# True Scale Chaos Marines



## trygon (Oct 3, 2008)

A complete marine.










Champion WIP










Got inspired by Dark Angel dude. Decided to make new armour plates for the Squad Champion. 

First I got some green stuff and rolled it flat.










Then I pushed the female face that was on the armour originally into the green stuff, and then worked out the basic outline for the armour plate.











Next I used the blade of my sculpting tool and a piece of plastic packaging to form the patterns. This finished the mould. Took a few minutes which goes to show how easy this whole thing is.











Green stuff is on now.











Added on. The 'belly space' is where another peice of armour will go. I will hope to avoid using the press mould method for most stuff. I am a sculptor, and whilst press moulded stuff looks nice, it is not sculpting past pressing lines into a slab of green stuff. I would rather do my work by hand.











Also another marine. This fella is wearing a MK2/MK6 hybrid suit. 










And his other leg.


----------



## TheKingElessar (Mar 31, 2009)

Very impressive. Would that I could award this the rep it plainly deserves.


----------



## Khorne's Fist (Jul 18, 2008)

Very impressive. A comparison shot alongside a normal marine mini would be nice to get a feel for the true scale. +rep.


----------



## trygon (Oct 3, 2008)

Comparison Picture and Scale Chart.


----------



## bitsandkits (Mar 18, 2008)

you have done some great work, but i hate to say it it just looks a bit too much like a chaos terminator rather than a marine,hes about the right height but hes simply too huge,dont get me wrong its a great conversion,and i love the details and your work but hes simply too massive.

also found this 
http://www.bolterandchainsword.com/index.php?showtopic=31681&hl=true scale&st=0

might help a bit ?


----------



## trygon (Oct 3, 2008)

I don't buy into the 'standy' true scaled marines. I am a direct follower of Doghouse Actual Scaling. The 'standy' True Scale Marines would simply just be too skinny inside their armour. They would be nothing but really tall humans. Marines are noted for being very barrel chested and having limbs like tree trunks, which I feel is not portrayed by 'standy' true scale marines. Also their armour is still inches thick, which is also not portrayed with 'standy' True scale marines. 

Plus my Champion might appear a lot larger because he is standing straight, has a huge ass giant tiger fur pelt and a large decorative chest plate. He is also slightly larger then a normal marine. Probably 8ft.


----------



## bitsandkits (Mar 18, 2008)

trygon said:


> I don't buy into the 'standy' true scaled marines. I am a direct follower of Doghouse Actual Scaling. The 'standy' True Scale Marines would simply just be too skinny inside their armour. They would be nothing but really tall humans. Marines are noted for being very barrel chested and having limbs like tree trunks, which I feel is not portrayed by 'standy' true scale marines. Also their armour is still inches thick, which is also not portrayed with 'standy' True scale marines.
> 
> Plus my Champion might appear a lot larger because he is standing straight, has a huge ass giant tiger fur pelt and a large decorative chest plate. He is also slightly larger then a normal marine. Probably 8ft.

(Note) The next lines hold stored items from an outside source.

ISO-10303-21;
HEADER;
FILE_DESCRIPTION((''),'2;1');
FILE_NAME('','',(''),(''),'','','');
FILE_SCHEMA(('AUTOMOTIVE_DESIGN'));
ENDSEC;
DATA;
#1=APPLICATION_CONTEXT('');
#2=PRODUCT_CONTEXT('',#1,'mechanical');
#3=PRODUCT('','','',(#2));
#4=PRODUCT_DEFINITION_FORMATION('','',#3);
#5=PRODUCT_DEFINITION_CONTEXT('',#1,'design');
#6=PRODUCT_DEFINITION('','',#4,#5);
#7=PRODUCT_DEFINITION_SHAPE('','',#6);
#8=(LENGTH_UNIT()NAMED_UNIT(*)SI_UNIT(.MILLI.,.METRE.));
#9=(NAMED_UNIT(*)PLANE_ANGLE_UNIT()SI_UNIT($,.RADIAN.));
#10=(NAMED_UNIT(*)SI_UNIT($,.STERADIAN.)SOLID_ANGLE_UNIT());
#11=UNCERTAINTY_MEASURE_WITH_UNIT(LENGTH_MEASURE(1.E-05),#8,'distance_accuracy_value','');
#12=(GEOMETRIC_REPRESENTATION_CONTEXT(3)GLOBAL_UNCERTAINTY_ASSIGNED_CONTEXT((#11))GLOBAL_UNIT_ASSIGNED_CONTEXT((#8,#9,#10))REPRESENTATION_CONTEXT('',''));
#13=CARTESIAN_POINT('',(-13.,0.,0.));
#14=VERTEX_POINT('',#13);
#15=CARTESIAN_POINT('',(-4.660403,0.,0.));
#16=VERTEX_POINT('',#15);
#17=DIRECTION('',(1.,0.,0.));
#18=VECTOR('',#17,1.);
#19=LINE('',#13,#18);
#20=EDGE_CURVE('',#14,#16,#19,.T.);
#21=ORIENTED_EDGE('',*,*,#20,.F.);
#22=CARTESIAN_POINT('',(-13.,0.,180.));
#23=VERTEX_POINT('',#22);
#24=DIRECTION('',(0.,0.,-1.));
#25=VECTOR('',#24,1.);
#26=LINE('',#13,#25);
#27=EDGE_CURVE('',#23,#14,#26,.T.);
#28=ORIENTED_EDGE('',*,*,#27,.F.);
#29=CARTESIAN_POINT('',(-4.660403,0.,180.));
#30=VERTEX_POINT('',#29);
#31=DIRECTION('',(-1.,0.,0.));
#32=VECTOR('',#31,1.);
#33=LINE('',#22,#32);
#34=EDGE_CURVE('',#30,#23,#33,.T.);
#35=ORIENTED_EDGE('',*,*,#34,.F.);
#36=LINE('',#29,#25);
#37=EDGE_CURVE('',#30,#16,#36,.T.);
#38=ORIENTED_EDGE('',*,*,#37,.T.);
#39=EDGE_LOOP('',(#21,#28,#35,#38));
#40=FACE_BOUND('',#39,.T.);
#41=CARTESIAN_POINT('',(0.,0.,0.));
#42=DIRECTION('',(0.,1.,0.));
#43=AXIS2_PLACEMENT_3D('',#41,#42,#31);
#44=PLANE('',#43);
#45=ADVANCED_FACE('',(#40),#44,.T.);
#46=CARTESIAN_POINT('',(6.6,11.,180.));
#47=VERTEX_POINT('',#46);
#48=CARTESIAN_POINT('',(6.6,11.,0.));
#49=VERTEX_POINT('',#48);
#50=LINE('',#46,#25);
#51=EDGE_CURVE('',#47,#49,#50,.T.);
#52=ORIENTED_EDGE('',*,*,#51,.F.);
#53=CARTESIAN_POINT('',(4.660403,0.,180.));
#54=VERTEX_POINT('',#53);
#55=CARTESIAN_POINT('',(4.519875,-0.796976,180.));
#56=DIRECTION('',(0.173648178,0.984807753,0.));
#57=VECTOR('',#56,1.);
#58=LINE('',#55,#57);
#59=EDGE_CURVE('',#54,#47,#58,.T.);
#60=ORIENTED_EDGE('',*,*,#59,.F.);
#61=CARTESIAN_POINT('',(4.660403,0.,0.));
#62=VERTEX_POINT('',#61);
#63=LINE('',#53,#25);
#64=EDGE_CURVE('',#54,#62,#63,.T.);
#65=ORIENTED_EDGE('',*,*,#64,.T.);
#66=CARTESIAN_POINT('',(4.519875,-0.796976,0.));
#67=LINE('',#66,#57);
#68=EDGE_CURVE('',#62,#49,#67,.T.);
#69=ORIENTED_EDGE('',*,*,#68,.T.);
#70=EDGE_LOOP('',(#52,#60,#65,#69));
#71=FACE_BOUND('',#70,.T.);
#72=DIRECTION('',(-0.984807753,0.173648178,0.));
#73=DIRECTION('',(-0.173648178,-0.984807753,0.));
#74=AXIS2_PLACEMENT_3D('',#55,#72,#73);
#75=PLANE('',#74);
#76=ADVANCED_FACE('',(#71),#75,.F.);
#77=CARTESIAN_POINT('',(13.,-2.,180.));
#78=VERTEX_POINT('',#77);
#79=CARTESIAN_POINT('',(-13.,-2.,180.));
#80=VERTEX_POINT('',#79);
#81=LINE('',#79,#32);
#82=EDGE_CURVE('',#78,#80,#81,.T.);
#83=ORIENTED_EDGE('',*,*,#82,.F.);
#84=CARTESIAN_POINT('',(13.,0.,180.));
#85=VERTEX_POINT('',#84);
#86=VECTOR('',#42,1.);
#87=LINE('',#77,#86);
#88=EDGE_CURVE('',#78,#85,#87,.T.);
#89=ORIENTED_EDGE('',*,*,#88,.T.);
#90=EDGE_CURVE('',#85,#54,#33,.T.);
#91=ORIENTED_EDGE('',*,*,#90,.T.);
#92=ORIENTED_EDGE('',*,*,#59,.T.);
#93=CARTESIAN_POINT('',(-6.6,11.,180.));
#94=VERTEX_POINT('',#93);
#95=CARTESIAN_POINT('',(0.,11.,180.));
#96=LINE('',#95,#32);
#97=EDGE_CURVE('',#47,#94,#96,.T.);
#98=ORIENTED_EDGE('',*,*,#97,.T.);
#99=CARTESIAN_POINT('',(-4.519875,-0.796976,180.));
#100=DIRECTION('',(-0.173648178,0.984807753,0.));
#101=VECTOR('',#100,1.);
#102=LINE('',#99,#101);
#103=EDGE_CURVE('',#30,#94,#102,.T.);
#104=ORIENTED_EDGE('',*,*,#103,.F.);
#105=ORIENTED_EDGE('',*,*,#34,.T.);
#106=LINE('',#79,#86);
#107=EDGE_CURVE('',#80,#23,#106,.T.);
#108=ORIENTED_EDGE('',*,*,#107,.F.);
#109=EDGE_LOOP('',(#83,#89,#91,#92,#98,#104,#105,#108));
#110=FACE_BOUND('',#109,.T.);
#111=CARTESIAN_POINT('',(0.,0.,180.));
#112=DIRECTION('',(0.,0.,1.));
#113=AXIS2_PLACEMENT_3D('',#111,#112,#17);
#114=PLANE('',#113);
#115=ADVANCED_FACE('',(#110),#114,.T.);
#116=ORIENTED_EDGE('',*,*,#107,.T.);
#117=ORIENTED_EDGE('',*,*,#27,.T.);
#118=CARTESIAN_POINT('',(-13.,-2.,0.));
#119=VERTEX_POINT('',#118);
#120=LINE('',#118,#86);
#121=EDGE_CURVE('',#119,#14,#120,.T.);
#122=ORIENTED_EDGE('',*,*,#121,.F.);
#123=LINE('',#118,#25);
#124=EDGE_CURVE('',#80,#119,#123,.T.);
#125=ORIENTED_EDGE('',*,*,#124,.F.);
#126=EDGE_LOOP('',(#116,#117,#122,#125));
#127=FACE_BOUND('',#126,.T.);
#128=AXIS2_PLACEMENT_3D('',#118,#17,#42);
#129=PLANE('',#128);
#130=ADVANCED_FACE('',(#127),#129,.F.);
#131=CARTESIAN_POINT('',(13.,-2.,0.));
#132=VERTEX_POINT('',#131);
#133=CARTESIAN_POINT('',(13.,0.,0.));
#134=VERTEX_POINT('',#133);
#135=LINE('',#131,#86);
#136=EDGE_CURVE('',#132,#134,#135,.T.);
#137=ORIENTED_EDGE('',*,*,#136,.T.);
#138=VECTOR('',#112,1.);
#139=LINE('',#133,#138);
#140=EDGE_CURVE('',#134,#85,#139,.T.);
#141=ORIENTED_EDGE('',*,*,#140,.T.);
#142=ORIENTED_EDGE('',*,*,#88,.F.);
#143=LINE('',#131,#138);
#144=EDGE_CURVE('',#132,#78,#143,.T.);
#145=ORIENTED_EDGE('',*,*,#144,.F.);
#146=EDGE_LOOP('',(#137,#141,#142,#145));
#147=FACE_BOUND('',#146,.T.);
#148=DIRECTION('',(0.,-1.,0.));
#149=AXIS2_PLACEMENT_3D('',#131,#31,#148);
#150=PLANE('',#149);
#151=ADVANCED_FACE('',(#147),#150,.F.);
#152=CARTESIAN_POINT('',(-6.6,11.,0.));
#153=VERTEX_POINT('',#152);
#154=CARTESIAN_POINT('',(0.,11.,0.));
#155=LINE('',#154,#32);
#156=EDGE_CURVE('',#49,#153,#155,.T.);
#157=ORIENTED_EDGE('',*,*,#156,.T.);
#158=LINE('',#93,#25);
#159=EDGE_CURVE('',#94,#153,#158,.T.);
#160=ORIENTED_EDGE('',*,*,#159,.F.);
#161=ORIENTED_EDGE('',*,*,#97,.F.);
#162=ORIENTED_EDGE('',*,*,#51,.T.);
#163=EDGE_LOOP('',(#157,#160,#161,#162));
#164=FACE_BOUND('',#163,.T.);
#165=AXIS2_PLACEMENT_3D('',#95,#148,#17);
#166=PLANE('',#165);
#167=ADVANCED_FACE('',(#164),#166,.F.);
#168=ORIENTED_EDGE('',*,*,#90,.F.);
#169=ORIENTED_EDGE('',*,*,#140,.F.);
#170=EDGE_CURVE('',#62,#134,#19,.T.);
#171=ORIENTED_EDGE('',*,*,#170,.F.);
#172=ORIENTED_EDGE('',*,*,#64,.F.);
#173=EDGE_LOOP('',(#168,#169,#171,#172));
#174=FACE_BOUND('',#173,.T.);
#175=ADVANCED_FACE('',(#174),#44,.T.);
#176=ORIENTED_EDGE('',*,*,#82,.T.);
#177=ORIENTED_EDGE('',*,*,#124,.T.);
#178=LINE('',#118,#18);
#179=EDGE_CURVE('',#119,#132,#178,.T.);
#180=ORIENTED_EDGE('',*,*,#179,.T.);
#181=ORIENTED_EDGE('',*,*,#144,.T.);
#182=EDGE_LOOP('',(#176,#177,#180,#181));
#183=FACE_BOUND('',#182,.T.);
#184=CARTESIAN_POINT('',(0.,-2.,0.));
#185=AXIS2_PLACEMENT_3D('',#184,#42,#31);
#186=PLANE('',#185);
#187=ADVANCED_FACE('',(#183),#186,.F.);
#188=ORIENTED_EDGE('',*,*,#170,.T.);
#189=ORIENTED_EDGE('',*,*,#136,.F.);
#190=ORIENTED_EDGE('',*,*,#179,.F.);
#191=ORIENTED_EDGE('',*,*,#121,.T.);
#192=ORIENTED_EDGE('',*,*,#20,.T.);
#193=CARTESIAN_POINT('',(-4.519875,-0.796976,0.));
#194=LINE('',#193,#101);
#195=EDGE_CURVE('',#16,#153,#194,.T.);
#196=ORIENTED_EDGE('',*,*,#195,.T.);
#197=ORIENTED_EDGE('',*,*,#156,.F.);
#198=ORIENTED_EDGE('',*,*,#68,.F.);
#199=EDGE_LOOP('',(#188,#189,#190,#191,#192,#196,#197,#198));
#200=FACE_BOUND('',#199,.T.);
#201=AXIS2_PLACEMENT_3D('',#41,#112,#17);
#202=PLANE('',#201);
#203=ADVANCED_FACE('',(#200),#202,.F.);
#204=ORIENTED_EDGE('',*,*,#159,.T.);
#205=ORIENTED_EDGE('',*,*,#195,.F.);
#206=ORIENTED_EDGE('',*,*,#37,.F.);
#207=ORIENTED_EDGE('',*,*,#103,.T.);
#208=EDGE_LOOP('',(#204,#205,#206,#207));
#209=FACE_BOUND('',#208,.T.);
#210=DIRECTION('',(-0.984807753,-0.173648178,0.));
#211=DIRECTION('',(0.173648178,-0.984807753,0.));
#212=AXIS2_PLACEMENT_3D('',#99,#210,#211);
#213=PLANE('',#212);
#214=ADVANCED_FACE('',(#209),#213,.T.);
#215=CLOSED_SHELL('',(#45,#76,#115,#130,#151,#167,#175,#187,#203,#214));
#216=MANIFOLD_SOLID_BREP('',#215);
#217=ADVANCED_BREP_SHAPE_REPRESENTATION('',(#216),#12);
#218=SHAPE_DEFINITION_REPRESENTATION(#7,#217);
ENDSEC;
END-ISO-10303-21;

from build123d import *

# Parameters (mm, degrees)
BOSS_EXTRUDE1_DEPTH = 180
SKETCH2_W           = 26
SKETCH2_H           = 180
BOSS_EXTRUDE2_DEPTH = 2


with BuildPart() as part:
    # Sketch1 → Boss-Extrude1 (new body)
    with BuildSketch(Plane.XY):
        Polygon((-6.6, 11), (-4.660403212, 0), (0, 0), (0, 11), align=None)
        Polygon((0, 11), (0, 0), (4.660403212, 0), (6.6, 11), align=None)
    extrude(amount=BOSS_EXTRUDE1_DEPTH)

    # Sketch2 → Boss-Extrude2 (add)
    with BuildSketch(Plane.XZ):
        with Locations((0, 90)):
            Rectangle(SKETCH2_W, SKETCH2_H)
    extrude(amount=BOSS_EXTRUDE2_DEPTH)


solid = part.part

well i suppose if your gonna use doghouses method, your marines were always gonna be on the larger size and look like terminators, sorry i didn't realize that was your original intention.


----------



## Khorne's Fist (Jul 18, 2008)

Thanks for the comparison shot. I think you've nailed it. You're right about just making them taller. they also need to have twice or three times the body mass, even without armour, and you've really achieved that. Well done.


----------



## Ordo Xeno Commander (Jan 17, 2007)

I think he looks just right, if you look at pictures of Marines that are associated to their fluff, that's pretty much how they look exactly. I frakking love it! I wish I could sculpt like that. +REP


----------



## Shogun_Nate (Aug 2, 2008)

Wow...that's just plain awesome. I really like how you've modelled the chest. Just...wow lol. Thanks for sharing!

Good luck and good gaming,

Nate


----------